Functional impact of a variant on gene function. Promoter variants can decrease (e.g., poor metabolizer variants), increase (e.g., extensive or ultra-rapid metabolizer), or have no effect on gene expression and subsequent enzyme activity. SNP coding variants can be either synonymous or non-synonymous. A synonymous coding variant has limited or no effect as the nucleotide change encodes for the same amino acid. A non-synonymous coding variant can result in a GOF or LOF as the nucleotide change encodes a different amino acid. Intronic variants can either create or destroy a splice site or have no effect.

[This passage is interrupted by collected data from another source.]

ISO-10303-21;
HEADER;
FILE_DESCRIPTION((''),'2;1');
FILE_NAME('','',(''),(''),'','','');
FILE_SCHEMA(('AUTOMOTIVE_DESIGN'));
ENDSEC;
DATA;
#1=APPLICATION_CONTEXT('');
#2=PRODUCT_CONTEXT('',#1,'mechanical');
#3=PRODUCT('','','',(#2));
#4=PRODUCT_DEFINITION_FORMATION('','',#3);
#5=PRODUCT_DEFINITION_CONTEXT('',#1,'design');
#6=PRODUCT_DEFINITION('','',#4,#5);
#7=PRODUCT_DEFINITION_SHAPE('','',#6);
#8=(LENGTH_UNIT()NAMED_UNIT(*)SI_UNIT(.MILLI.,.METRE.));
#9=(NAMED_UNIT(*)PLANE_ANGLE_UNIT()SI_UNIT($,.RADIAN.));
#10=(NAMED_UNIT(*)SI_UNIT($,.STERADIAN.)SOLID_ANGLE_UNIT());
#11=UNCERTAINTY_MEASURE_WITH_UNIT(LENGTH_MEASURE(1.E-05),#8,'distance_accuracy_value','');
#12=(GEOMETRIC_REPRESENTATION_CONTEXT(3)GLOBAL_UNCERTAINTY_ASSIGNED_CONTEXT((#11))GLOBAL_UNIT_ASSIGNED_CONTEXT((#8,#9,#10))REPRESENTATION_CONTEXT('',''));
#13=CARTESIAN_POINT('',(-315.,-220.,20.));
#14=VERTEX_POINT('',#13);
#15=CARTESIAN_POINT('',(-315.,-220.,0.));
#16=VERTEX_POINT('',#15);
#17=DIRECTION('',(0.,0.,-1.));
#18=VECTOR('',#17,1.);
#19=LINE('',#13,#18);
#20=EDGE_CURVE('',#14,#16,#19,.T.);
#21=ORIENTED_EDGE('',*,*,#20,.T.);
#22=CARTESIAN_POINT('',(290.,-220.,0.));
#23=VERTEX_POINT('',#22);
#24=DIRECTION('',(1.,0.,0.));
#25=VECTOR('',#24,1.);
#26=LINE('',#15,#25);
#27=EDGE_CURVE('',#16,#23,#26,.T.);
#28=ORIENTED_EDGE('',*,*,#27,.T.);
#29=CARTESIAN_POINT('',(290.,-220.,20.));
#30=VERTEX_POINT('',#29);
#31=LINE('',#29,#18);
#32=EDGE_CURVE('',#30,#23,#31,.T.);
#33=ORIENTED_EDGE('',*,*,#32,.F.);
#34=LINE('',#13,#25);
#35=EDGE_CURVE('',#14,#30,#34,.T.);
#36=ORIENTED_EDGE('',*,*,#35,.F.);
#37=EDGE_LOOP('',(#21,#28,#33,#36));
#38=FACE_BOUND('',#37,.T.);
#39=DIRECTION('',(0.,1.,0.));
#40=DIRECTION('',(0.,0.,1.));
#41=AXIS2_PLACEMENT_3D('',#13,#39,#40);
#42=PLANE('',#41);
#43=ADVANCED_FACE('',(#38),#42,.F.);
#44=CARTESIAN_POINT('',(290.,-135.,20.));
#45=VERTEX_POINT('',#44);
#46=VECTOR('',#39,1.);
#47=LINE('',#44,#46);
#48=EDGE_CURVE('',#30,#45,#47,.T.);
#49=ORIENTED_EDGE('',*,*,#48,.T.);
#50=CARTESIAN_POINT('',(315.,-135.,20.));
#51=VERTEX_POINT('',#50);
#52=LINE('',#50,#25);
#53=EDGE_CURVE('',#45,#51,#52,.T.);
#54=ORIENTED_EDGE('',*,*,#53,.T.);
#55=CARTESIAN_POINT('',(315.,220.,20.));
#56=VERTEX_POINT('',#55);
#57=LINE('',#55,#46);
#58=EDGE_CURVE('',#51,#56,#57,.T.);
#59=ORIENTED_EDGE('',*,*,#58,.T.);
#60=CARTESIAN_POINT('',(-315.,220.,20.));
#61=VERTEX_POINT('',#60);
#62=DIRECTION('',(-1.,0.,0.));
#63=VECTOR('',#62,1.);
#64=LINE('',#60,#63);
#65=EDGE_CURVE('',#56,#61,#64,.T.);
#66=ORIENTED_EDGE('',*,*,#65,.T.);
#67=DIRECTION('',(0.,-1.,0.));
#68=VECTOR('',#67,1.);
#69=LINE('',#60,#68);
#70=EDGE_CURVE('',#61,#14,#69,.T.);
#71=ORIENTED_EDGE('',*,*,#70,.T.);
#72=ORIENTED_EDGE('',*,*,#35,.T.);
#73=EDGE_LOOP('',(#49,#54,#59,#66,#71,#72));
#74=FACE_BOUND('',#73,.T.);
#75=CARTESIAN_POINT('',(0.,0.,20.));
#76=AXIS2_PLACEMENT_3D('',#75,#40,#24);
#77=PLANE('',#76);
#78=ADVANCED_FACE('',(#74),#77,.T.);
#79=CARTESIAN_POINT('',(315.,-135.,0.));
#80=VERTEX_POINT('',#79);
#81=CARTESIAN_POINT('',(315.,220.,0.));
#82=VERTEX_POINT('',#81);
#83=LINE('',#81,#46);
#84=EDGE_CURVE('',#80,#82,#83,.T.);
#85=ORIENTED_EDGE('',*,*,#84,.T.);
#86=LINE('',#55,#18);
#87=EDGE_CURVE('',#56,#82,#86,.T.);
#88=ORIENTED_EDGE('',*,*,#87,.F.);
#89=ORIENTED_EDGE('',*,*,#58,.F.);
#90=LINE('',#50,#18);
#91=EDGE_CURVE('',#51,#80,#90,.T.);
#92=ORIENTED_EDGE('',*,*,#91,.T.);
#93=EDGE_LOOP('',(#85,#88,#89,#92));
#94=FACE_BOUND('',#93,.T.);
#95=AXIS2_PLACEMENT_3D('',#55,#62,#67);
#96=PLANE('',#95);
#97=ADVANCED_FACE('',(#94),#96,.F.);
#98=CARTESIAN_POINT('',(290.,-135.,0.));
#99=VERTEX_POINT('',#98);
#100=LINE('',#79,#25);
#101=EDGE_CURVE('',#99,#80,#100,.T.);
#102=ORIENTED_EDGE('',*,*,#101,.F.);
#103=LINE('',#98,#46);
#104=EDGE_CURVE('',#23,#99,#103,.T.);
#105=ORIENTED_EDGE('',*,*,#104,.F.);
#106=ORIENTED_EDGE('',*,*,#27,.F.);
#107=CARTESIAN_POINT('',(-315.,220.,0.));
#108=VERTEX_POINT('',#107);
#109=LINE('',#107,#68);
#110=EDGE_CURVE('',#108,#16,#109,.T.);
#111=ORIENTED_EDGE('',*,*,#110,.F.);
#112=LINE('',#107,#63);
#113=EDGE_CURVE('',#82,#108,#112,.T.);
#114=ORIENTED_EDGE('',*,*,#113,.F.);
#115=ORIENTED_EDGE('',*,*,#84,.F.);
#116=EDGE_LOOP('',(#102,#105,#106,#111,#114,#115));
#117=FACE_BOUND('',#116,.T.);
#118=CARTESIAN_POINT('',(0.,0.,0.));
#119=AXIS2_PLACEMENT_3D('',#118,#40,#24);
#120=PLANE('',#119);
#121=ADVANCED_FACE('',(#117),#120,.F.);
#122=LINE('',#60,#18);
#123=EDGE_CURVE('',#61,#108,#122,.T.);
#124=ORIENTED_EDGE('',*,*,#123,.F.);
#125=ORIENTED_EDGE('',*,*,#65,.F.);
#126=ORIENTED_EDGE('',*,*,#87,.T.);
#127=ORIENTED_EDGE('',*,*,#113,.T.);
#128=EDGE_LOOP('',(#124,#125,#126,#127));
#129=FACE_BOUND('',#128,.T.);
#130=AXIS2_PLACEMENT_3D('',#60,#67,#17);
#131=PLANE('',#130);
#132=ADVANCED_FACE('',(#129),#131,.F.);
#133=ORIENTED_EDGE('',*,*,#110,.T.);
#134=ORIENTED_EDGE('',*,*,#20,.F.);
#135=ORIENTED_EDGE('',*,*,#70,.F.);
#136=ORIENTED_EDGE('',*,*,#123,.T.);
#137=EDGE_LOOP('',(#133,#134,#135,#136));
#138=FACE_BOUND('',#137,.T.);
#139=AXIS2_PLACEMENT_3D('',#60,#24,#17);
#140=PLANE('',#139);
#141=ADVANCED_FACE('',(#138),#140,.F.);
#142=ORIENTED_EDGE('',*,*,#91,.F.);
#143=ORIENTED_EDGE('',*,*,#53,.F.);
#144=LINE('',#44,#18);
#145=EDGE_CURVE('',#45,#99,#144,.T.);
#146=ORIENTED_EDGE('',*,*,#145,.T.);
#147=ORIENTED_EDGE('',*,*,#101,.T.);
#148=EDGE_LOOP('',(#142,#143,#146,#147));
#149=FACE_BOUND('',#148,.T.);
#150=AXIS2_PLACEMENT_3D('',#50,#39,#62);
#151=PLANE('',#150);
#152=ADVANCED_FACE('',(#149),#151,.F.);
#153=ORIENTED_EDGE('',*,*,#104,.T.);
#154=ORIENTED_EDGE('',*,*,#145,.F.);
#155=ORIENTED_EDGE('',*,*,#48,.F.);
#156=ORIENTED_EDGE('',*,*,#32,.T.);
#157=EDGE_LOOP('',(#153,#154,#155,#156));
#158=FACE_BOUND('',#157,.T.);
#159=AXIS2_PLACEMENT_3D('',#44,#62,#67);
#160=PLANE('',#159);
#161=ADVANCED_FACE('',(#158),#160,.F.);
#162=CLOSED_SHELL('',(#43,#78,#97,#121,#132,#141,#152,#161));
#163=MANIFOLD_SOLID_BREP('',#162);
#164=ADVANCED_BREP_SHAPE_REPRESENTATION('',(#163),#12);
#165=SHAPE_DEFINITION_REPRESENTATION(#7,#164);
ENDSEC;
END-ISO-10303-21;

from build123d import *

# Parameters (mm, degrees)
BOSS_EXTRUDE1_DEPTH = 20


with BuildPart() as part:
    # Sketch1 → Boss-Extrude1 (new body)
    with BuildSketch(Plane.XY):
        Polygon((315, -135), (290, -135), (290, -220), (-315, -220), (-315, 220), (315, 220), align=None)
    extrude(amount=BOSS_EXTRUDE1_DEPTH)


solid = part.part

Precision medicine has utilized two strategies to identify the genetic basis for individual variation in response to a drug: candidate gene association and genome-wide association studies (GWAS) (Mas and Lafuente, 2009). These studies are either exploratory or confirmatory in nature, independent of the design strategy. Prior to 2006, candidate gene studies were the principle tool used to discover variants and were selected based on a hypothesis of drug metabolism or mechanism. They focused on determining whether phenotypic variability between the case (e.g., nonresponder) and the control (e.g., responder) groups could be attributed to a gene variant. Candidate gene studies suffered from many false positive associations and well-powered studies required sample sizes in the thousands to more accurately determine an association coupled with functional studies to confirm the biologic association in order to correctly identify a phenotype/genotype association. It is now known that multiple polymorphisms exist in genes and characterizing the functionality of multiple polymorphisms is not possible using a candidate gene strategy. After 2006, GWAS became the norm, as they are an unbiased approach for assessing millions of variants across the entire human genome and their association with a defined phenotype. This strategy combines knowledge about linkage disequilibrium relationships and the way in which the genome is structured into haplotype blocks. This approach aims to identify the association between genetic variants and a given phenotype by detecting marker SNPs and analyzing differences between case and control groups. These data are typically visualized in Manhattan plots, and p values less than 10-8 are used as thresholds for identifying variants. GWAS also require multiple independent studies for confirmation and/or testing the biologic association through in vitro experiments to confirm the phenotype/genotype association.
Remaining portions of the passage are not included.